REQUIRED WORK: Go through the records below and report each line with "ThreePointArc" in it.

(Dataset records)
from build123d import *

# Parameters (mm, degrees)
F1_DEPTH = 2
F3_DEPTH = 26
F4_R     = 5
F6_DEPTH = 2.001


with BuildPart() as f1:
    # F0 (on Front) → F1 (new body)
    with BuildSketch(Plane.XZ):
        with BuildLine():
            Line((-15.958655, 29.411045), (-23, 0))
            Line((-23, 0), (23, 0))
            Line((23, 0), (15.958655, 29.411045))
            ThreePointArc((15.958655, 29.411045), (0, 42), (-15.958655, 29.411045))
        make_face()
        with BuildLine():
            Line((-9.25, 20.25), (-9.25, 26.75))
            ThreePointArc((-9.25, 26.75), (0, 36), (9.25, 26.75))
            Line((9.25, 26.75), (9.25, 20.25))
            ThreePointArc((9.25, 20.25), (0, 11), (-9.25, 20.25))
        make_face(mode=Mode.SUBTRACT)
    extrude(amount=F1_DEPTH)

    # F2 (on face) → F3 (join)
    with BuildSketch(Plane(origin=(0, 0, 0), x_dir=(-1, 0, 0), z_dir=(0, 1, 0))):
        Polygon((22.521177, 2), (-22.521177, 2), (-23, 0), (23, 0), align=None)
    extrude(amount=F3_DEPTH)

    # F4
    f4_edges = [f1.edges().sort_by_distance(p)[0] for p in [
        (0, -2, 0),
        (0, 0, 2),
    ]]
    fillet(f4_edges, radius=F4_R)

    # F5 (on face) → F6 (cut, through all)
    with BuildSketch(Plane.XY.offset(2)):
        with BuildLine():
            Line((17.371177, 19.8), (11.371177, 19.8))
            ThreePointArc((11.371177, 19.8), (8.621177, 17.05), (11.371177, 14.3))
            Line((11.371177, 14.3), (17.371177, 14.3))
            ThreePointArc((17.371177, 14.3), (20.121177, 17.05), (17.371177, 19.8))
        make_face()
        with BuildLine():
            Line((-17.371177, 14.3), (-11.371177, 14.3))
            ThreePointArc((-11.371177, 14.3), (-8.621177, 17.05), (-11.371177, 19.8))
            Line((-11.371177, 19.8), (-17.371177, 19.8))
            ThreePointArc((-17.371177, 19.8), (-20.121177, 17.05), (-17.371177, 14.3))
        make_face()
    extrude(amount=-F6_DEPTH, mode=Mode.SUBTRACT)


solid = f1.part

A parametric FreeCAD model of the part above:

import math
import FreeCAD as App
import Part
import Sketcher

V = App.Vector


def edges_at(feature, points):
    """Names of the edges that pass closest to the given points."""
    edges = feature.Shape.Edges
    near = lambda p: min(range(len(edges)), key=lambda i: edges[i].distToShape(Part.Vertex(*p))[0])
    return sorted({f"Edge{near(p) + 1}" for p in points})


def add_polygon(sketch, points):
    """Adds a closed chain of lines whose ends are joined by coincident constraints."""
    first, n = sketch.GeometryCount, len(points)
    for a, b in zip(points, points[1:] + points[:1]):
        sketch.addGeometry(Part.LineSegment(App.Vector(*a, 0), App.Vector(*b, 0)), False)
    for i in range(n):
        sketch.addConstraint(Sketcher.Constraint("Coincident", first + i, 2, first + (i + 1) % n, 1))

doc = App.newDocument("Part")
body = doc.addObject("PartDesign::Body", "Body")

sketch1 = body.newObject("Sketcher::SketchObject", "Sketch")
sketch1.AttachmentSupport = (doc.getObject("XZ_Plane"), [""])
sketch1.MapMode = "FlatFace"
sketch1.addGeometry([
    Part.LineSegment(V(-15.958655, 29.411045, 0), V(-23, 0, 0)),
    Part.LineSegment(V(-23, 0, 0), V(23, 0, 0)),
    Part.LineSegment(V(23, 0, 0), V(15.958655, 29.411045, 0)),
    Part.ArcOfCircle(Part.Circle(V(0, 25.590359, 0), V(0, 0, 1), 16.409641), math.radians(13.463848), math.radians(166.536152)),
    Part.ArcOfCircle(Part.Circle(V(0, 20.25, 0), V(0, 0, 1), 9.25), math.radians(180), math.radians(360)),
    Part.LineSegment(V(-9.25, 20.25, 0), V(-9.25, 26.75, 0)),
    Part.ArcOfCircle(Part.Circle(V(0, 26.75, 0), V(0, 0, 1), 9.25), math.radians(0), math.radians(180)),
    Part.LineSegment(V(9.25, 26.75, 0), V(9.25, 20.25, 0)),
], False)
sketch1.addConstraint([
    Sketcher.Constraint("Coincident", 0, 2, 1, 1),
    Sketcher.Constraint("Coincident", 1, 2, 2, 1),
    Sketcher.Constraint("Tangent", 2, 2, 3, 1),
    Sketcher.Constraint("Tangent", 3, 2, 0, 1),
    Sketcher.Constraint("Tangent", 4, 1, 5, 1),
    Sketcher.Constraint("Tangent", 5, 2, 6, 2),
    Sketcher.Constraint("Tangent", 6, 1, 7, 1),
    Sketcher.Constraint("Tangent", 7, 2, 4, 2),
    Sketcher.Constraint("Horizontal", 1),
    Sketcher.Constraint("Vertical", 5),
    Sketcher.Constraint("Vertical", 7),
    Sketcher.Constraint("Symmetric", 0, 2, 1, 2, -1, 1),
    Sketcher.Constraint("PointOnObject", 3, 3, -2),
    Sketcher.Constraint("PointOnObject", 4, 3, -2),
    Sketcher.Constraint("DistanceX", 1, 1, 1, 2, 46.0),
    Sketcher.Constraint("Radius", 4, 9.25),
    Sketcher.Constraint("DistanceY", 5, 1, 5, 2, 6.5),
    Sketcher.Constraint("DistanceY", -1, 1, 4, 3, 20.25),
    Sketcher.Constraint("Radius", 3, 16.409641),
    Sketcher.Constraint("Distance", 0, 30.242191),
])
pad1 = body.newObject("PartDesign::Pad", "Pad")
pad1.Profile = sketch1
pad1.Length = 2

sketch2 = body.newObject("Sketcher::SketchObject", "Sketch001")
sketch2.AttachmentSupport = (doc.getObject("XZ_Plane"), [""])
sketch2.MapMode = "FlatFace"
add_polygon(sketch2, [(-22.521177, 2), (22.521177, 2), (23, 0), (-23, 0)])
sketch2.addConstraint([
    Sketcher.Constraint("Horizontal", 0),
    Sketcher.Constraint("Horizontal", 2),
    Sketcher.Constraint("Symmetric", 1, 2, 2, 2, -1, 1),
    Sketcher.Constraint("Equal", 1, 3),
    Sketcher.Constraint("DistanceX", 2, 2, 2, 1, 46.0),
    Sketcher.Constraint("DistanceY", -1, 1, 0, 2, 2.0),
    Sketcher.Constraint("Distance", 1, 2.056519),
])
pad2 = body.newObject("PartDesign::Pad", "Pad001")
pad2.Profile = sketch2
pad2.Length = 26
pad2.Reversed = True
doc.recompute()

fillet = body.newObject("PartDesign::Fillet", "Fillet")
fillet.Base = (pad2, edges_at(pad2, [(0, -2, 0), (0, 0, 2)]))
fillet.Radius = 5

sketch3 = body.newObject("Sketcher::SketchObject", "Sketch002")
sketch3.AttachmentSupport = (doc.getObject("XY_Plane"), [""])
sketch3.MapMode = "FlatFace"
sketch3.AttachmentOffset = App.Placement(V(0, 0, 2), App.Rotation())
sketch3.addGeometry([
    Part.LineSegment(V(17.371177, 19.8, 0), V(11.371177, 19.8, 0)),
    Part.ArcOfCircle(Part.Circle(V(11.371177, 17.05, 0), V(0, 0, 1), 2.75), math.radians(90), math.radians(270)),
    Part.LineSegment(V(11.371177, 14.3, 0), V(17.371177, 14.3, 0)),
    Part.ArcOfCircle(Part.Circle(V(17.371177, 17.05, 0), V(0, 0, 1), 2.75), math.radians(-90), math.radians(90)),
    Part.LineSegment(V(-17.371177, 14.3, 0), V(-11.371177, 14.3, 0)),
    Part.ArcOfCircle(Part.Circle(V(-11.371177, 17.05, 0), V(0, 0, 1), 2.75), math.radians(-90), math.radians(90)),
    Part.LineSegment(V(-11.371177, 19.8, 0), V(-17.371177, 19.8, 0)),
    Part.ArcOfCircle(Part.Circle(V(-17.371177, 17.05, 0), V(0, 0, 1), 2.75), math.radians(90), math.radians(270)),
], False)
sketch3.addConstraint([
    Sketcher.Constraint("Tangent", 0, 2, 1, 1),
    Sketcher.Constraint("Tangent", 1, 2, 2, 1),
    Sketcher.Constraint("Tangent", 2, 2, 3, 1),
    Sketcher.Constraint("Tangent", 3, 2, 0, 1),
    Sketcher.Constraint("Tangent", 4, 2, 5, 1),
    Sketcher.Constraint("Tangent", 5, 2, 6, 1),
    Sketcher.Constraint("Tangent", 6, 2, 7, 1),
    Sketcher.Constraint("Tangent", 7, 2, 4, 1),
    Sketcher.Constraint("Horizontal", 0),
    Sketcher.Constraint("Horizontal", 2),
    Sketcher.Constraint("Horizontal", 4),
    Sketcher.Constraint("Horizontal", 6),
    Sketcher.Constraint("Equal", 3, 5),
    Sketcher.Constraint("Symmetric", 1, 3, 5, 3, -2),
    Sketcher.Constraint("Equal", 2, 4),
    Sketcher.Constraint("DistanceX", 0, 2, 0, 1, 6.0),
    Sketcher.Constraint("Radius", 1, 2.75),
    Sketcher.Constraint("DistanceY", -1, 1, 0, 2, 19.8),
    Sketcher.Constraint("DistanceX", -1, 1, 1, 3, 11.371177),
])
pocket1 = body.newObject("PartDesign::Pocket", "Pocket")
pocket1.Profile = sketch3
pocket1.Type = "ThroughAll"

doc.recompute()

EXERCISE RESPONSE:
            ThreePointArc((15.958655, 29.411045), (0, 42), (-15.958655, 29.411045))
            ThreePointArc((-9.25, 26.75), (0, 36), (9.25, 26.75))
            ThreePointArc((9.25, 20.25), (0, 11), (-9.25, 20.25))
            ThreePointArc((11.371177, 19.8), (8.621177, 17.05), (11.371177, 14.3))
            ThreePointArc((17.371177, 14.3), (20.121177, 17.05), (17.371177, 19.8))
            ThreePointArc((-11.371177, 14.3), (-8.621177, 17.05), (-11.371177, 19.8))
            ThreePointArc((-17.371177, 19.8), (-20.121177, 17.05), (-17.371177, 14.3))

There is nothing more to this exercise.